**The task**
Please give back word for word the lines of the material below between the line containing "Rectangle(SKETCH004_W, SKETCH004_H)" and the line containing "v 24.117 44.602 0", inclusive.
______________________________
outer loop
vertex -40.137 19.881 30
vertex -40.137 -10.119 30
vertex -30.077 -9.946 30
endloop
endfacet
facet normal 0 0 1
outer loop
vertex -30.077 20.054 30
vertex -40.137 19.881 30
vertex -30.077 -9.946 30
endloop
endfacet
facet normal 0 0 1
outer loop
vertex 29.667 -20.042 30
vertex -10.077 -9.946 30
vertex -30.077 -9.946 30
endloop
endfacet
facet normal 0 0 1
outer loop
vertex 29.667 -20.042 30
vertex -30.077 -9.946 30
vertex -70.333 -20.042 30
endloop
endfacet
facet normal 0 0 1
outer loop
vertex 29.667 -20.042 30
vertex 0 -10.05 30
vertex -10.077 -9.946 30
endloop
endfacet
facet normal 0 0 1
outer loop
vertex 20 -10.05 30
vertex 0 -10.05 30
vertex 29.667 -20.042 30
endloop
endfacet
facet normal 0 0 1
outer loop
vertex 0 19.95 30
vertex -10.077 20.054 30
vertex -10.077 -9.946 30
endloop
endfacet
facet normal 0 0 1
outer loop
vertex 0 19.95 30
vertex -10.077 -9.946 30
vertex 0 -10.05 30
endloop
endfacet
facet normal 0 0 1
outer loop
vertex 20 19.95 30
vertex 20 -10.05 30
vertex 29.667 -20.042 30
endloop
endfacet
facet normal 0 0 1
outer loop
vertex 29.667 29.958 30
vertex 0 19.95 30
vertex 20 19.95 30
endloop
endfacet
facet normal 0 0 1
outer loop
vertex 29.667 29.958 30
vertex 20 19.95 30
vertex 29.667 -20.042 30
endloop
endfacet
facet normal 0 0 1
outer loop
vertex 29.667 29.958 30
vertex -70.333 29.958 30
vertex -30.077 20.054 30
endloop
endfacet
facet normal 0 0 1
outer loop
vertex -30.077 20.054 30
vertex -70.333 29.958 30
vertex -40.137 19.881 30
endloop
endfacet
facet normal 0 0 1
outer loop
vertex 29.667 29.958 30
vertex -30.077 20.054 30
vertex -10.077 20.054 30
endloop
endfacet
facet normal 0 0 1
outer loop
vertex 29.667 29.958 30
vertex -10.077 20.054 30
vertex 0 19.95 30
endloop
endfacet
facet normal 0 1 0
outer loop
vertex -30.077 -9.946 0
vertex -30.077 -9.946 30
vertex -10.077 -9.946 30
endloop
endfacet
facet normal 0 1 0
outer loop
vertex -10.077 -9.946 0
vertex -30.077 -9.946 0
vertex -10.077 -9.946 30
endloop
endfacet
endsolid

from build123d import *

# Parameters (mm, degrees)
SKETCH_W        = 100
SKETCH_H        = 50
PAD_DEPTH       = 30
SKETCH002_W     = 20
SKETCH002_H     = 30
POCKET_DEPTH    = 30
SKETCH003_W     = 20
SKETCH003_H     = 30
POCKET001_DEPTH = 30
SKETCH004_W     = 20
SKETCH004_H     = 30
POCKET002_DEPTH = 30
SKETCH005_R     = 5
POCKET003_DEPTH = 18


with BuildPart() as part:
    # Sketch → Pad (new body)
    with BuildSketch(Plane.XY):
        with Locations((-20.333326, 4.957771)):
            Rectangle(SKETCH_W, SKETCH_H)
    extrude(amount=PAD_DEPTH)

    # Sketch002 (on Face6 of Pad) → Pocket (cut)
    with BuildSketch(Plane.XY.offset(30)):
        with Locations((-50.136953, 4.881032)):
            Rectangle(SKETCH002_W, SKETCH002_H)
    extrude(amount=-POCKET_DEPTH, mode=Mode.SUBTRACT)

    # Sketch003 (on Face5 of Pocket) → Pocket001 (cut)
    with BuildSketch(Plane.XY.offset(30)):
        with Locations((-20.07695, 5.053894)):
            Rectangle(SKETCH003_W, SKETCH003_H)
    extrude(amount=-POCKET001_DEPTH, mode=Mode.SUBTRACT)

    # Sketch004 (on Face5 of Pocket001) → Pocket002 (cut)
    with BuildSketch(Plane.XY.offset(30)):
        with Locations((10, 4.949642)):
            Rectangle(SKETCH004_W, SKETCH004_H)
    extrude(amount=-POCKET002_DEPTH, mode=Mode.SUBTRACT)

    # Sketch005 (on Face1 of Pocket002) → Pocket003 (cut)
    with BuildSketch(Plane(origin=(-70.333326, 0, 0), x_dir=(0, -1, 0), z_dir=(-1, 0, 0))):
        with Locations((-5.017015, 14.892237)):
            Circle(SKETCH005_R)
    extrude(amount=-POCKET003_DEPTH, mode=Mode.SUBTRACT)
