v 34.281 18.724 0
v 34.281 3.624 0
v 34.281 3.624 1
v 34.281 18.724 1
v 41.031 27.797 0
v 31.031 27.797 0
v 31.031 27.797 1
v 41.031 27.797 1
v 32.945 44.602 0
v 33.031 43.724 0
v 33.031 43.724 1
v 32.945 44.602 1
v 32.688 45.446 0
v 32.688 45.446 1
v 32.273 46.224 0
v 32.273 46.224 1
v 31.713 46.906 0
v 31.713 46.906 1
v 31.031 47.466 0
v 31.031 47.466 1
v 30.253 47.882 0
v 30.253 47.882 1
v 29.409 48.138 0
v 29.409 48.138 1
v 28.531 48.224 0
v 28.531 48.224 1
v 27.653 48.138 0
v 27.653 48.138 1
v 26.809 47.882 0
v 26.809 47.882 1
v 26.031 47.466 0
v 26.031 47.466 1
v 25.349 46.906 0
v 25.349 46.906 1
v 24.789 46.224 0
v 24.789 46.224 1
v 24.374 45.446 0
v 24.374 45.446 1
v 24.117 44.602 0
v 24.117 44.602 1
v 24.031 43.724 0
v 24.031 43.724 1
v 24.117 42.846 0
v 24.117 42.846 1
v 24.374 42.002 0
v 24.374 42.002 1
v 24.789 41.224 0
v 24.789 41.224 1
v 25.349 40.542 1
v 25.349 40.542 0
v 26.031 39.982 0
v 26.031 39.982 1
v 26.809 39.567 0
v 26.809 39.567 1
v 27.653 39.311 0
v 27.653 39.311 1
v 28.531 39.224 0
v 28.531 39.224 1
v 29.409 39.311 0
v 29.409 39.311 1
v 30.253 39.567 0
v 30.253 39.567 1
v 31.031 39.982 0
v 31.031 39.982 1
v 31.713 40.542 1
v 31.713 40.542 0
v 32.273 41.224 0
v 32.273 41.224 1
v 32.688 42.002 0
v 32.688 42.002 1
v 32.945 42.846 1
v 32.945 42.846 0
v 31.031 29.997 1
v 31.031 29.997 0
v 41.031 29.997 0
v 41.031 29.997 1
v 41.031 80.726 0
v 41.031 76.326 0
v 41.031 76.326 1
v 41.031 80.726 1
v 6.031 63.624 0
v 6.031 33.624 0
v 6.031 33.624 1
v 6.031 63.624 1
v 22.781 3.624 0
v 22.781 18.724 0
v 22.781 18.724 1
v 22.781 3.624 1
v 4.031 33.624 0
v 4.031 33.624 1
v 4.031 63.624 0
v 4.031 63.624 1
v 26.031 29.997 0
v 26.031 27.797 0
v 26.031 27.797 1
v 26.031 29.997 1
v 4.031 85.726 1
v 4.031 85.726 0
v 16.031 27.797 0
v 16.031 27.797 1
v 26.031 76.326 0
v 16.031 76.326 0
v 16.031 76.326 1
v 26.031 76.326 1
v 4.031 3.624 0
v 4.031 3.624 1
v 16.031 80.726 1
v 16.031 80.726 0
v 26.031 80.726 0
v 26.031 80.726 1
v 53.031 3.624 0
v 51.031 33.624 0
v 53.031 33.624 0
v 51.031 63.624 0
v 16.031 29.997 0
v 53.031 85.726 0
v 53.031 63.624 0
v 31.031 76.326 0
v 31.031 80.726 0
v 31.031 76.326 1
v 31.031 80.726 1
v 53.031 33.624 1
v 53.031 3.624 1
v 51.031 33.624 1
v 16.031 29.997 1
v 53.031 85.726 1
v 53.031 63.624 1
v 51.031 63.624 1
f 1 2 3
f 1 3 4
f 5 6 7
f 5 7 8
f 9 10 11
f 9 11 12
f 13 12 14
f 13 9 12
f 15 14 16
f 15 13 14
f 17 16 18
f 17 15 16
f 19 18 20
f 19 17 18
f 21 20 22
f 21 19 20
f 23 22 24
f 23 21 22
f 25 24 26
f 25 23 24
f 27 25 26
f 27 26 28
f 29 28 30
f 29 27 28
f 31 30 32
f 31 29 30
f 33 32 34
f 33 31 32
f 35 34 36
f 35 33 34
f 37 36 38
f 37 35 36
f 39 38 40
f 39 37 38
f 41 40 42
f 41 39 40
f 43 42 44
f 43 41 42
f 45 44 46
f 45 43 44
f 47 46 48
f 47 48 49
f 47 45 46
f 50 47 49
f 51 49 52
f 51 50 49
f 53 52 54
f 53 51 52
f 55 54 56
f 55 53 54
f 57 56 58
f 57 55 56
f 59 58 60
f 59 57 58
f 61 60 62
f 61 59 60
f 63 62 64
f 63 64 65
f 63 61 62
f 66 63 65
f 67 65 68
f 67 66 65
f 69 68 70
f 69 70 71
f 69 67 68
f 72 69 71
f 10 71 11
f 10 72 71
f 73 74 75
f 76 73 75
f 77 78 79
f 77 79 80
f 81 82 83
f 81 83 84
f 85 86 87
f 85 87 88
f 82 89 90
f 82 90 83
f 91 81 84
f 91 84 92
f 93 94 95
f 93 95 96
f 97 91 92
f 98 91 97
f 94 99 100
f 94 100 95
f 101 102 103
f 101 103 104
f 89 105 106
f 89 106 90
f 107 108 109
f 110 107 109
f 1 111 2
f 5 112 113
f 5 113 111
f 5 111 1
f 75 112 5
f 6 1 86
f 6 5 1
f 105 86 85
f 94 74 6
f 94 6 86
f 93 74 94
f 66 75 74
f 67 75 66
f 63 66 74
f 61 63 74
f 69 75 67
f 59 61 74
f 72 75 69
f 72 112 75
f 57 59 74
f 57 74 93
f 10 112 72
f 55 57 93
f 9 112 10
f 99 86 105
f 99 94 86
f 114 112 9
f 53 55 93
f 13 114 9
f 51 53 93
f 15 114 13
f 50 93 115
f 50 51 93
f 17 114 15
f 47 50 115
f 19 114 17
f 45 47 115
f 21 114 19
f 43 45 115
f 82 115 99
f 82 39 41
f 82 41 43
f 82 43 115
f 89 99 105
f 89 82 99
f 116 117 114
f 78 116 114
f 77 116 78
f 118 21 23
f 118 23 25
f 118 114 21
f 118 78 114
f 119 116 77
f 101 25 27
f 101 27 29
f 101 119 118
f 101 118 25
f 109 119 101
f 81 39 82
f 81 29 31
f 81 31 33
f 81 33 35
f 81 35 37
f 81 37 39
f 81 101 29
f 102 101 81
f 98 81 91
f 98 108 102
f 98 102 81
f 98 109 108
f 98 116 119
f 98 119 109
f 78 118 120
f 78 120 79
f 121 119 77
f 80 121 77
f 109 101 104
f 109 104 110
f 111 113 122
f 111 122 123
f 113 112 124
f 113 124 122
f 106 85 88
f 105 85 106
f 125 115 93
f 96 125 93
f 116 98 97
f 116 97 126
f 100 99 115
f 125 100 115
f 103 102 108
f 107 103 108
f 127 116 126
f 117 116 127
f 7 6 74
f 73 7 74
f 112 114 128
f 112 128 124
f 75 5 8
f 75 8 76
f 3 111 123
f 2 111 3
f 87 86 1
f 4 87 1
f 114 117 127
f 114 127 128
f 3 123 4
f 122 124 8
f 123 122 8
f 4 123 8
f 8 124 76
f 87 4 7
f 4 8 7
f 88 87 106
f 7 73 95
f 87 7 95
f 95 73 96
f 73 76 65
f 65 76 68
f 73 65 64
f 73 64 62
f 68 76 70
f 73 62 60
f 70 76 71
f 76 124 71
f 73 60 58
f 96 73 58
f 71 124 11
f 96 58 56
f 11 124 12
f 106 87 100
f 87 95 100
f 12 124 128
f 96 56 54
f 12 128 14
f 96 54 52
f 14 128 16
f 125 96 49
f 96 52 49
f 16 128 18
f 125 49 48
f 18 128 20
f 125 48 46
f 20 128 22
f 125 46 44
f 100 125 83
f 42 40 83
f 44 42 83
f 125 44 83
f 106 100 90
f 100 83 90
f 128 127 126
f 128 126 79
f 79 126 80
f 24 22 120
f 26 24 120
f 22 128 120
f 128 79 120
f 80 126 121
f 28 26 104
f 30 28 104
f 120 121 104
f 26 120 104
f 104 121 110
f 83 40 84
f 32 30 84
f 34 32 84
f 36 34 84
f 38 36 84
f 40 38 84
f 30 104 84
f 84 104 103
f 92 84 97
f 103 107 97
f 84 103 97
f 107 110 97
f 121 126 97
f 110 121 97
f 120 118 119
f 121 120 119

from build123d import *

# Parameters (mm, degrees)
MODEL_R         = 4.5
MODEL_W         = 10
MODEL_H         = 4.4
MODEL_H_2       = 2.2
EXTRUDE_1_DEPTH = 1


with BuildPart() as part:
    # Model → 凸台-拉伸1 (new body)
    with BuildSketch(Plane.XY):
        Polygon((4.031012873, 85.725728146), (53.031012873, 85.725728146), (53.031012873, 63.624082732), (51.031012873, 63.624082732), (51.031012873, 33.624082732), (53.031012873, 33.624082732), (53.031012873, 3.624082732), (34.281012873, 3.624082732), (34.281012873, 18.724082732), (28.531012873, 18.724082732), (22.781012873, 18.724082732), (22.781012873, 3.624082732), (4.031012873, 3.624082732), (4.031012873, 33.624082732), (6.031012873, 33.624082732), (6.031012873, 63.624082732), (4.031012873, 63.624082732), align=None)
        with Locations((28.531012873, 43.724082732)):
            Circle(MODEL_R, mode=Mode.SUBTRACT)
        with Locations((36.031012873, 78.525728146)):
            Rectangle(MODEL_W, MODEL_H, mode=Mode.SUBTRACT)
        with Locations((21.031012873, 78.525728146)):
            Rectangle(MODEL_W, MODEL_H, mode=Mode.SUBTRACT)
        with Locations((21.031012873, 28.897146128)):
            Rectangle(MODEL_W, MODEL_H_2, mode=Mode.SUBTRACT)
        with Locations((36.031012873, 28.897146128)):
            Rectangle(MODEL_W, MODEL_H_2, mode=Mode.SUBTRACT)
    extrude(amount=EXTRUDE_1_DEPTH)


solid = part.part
______________________________
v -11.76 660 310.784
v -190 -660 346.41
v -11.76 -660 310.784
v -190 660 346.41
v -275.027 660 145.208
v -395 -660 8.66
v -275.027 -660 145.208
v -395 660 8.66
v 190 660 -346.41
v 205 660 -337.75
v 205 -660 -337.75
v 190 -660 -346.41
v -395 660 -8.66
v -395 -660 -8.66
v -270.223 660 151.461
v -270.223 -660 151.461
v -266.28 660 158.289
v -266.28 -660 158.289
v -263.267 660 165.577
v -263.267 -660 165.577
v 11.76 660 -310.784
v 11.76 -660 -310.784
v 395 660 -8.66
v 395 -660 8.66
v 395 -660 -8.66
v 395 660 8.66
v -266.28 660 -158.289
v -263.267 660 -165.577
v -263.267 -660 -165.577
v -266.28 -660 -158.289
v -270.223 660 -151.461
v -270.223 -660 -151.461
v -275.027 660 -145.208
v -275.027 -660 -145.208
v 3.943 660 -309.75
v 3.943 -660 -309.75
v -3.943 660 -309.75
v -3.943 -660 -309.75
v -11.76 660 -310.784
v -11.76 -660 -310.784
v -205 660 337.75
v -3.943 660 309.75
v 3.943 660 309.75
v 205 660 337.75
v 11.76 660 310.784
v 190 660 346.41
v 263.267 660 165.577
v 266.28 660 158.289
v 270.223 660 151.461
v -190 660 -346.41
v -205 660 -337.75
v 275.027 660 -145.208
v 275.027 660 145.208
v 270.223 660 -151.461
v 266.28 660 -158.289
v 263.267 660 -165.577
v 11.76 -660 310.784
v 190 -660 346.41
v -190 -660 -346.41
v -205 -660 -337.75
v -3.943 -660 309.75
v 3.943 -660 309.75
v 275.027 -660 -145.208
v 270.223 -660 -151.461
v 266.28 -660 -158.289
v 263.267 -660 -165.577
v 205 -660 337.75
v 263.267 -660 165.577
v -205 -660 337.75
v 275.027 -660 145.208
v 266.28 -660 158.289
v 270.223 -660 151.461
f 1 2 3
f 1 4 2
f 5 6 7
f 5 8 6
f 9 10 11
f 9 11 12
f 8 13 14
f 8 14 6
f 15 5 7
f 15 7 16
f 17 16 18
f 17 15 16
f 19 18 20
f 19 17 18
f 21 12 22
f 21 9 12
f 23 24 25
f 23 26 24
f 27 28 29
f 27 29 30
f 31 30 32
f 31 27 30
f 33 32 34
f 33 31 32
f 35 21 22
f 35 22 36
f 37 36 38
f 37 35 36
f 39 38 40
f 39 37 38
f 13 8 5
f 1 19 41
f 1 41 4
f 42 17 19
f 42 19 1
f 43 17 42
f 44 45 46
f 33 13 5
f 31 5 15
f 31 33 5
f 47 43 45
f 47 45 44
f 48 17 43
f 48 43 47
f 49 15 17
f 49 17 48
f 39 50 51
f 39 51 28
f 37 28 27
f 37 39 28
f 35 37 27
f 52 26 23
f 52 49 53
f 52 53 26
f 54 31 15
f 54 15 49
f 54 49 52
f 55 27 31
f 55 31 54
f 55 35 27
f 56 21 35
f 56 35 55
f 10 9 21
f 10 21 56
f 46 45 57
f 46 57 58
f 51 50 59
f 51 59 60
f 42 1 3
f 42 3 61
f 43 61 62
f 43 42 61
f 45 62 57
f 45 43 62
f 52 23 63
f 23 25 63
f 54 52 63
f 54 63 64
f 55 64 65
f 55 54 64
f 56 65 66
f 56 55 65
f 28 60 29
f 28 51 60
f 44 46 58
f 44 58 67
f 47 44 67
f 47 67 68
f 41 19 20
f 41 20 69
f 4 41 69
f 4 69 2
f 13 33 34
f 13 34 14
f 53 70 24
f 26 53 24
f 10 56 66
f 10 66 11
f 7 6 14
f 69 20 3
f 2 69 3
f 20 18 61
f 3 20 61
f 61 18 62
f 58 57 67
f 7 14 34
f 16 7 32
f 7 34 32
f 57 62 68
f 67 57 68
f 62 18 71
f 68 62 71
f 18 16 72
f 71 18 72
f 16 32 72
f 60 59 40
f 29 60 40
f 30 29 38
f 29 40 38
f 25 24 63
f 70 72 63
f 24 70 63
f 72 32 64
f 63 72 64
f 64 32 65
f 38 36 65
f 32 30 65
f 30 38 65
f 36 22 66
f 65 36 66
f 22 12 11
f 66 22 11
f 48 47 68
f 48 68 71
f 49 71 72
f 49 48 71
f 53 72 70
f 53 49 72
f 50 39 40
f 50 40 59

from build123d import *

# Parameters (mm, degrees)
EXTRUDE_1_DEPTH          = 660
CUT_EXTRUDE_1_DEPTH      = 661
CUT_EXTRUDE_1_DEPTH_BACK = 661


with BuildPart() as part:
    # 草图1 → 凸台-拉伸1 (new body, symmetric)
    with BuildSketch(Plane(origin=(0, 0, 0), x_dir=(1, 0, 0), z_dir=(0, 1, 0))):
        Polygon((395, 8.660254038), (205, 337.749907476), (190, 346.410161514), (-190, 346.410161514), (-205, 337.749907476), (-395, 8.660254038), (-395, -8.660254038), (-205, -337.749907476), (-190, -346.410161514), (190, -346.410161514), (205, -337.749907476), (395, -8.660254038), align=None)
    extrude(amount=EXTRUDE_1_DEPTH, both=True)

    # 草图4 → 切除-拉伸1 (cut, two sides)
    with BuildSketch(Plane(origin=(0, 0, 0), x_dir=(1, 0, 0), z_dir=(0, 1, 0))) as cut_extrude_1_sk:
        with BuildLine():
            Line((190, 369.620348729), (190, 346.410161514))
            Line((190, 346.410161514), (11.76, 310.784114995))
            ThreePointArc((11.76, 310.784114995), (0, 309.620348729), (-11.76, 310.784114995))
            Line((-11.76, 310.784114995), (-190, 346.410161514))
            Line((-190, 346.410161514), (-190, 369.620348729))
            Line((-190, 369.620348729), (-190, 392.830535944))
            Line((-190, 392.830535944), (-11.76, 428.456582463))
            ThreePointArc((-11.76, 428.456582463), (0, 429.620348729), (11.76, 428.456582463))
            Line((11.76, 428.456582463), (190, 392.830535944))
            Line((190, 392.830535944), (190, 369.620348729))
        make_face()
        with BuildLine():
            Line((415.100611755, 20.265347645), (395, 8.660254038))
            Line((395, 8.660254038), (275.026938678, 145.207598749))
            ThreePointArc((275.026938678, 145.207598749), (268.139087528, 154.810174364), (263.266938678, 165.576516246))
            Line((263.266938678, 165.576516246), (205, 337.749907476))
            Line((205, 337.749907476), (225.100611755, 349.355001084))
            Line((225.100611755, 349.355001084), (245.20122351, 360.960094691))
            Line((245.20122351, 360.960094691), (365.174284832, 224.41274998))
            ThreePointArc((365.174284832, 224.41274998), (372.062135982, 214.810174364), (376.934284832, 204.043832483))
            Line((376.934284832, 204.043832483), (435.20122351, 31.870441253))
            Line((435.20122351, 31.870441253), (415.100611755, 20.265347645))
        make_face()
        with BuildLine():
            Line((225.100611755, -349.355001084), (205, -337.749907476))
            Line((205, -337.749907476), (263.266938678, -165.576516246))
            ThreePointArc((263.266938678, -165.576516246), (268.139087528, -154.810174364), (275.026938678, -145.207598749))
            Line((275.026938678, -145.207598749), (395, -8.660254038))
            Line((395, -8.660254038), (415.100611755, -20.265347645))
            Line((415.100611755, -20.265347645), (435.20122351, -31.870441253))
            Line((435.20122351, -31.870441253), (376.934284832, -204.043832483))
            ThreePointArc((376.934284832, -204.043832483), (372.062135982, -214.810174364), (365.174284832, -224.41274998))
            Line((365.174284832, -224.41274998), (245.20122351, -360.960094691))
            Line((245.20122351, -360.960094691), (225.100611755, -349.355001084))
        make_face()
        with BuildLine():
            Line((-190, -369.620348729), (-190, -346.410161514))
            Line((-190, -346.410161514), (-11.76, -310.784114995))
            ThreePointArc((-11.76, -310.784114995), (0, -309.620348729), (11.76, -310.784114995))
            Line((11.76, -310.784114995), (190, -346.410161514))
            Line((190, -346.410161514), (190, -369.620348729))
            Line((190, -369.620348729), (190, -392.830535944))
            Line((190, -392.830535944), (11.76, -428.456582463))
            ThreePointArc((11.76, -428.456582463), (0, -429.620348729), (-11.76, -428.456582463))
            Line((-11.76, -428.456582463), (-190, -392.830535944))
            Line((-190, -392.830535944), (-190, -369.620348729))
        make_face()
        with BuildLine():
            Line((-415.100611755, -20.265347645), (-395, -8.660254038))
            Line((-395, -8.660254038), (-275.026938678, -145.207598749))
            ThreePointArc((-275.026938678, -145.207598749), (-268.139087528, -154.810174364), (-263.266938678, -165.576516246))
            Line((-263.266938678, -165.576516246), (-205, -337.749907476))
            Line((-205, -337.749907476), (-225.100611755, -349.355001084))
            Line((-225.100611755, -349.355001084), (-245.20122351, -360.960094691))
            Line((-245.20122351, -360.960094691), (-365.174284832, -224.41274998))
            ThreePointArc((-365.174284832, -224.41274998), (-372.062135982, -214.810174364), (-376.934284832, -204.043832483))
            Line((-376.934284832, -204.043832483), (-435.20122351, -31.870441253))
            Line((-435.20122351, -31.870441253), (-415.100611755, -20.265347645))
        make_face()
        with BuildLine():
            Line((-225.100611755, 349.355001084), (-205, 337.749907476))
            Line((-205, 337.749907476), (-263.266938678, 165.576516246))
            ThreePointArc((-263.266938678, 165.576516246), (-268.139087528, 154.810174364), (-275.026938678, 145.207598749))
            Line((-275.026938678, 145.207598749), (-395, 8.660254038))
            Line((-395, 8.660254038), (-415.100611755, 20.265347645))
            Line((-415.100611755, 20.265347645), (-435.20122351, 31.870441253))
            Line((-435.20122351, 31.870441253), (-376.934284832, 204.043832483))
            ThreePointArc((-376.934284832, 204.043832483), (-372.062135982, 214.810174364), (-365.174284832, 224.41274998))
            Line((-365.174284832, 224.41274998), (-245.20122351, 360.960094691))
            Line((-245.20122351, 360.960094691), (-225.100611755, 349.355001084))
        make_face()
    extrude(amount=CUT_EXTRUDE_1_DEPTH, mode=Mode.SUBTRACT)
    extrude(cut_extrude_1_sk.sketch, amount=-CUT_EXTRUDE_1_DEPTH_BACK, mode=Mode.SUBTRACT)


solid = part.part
______________________________
**Exercise output**
            Rectangle(SKETCH004_W, SKETCH004_H)
    extrude(amount=-POCKET002_DEPTH, mode=Mode.SUBTRACT)

    # Sketch005 (on Face1 of Pocket002) → Pocket003 (cut)
    with BuildSketch(Plane(origin=(-70.333326, 0, 0), x_dir=(0, -1, 0), z_dir=(-1, 0, 0))):
        with Locations((-5.017015, 14.892237)):
            Circle(SKETCH005_R)
    extrude(amount=-POCKET003_DEPTH, mode=Mode.SUBTRACT)
v 34.281 18.724 0
v 34.281 3.624 0
v 34.281 3.624 1
v 34.281 18.724 1
v 41.031 27.797 0
v 31.031 27.797 0
v 31.031 27.797 1
v 41.031 27.797 1
v 32.945 44.602 0
v 33.031 43.724 0
v 33.031 43.724 1
v 32.945 44.602 1
v 32.688 45.446 0
v 32.688 45.446 1
v 32.273 46.224 0
v 32.273 46.224 1
v 31.713 46.906 0
v 31.713 46.906 1
v 31.031 47.466 0
v 31.031 47.466 1
v 30.253 47.882 0
v 30.253 47.882 1
v 29.409 48.138 0
v 29.409 48.138 1
v 28.531 48.224 0
v 28.531 48.224 1
v 27.653 48.138 0
v 27.653 48.138 1
v 26.809 47.882 0
v 26.809 47.882 1
v 26.031 47.466 0
v 26.031 47.466 1
v 25.349 46.906 0
v 25.349 46.906 1
v 24.789 46.224 0
v 24.789 46.224 1
v 24.374 45.446 0
v 24.374 45.446 1
v 24.117 44.602 0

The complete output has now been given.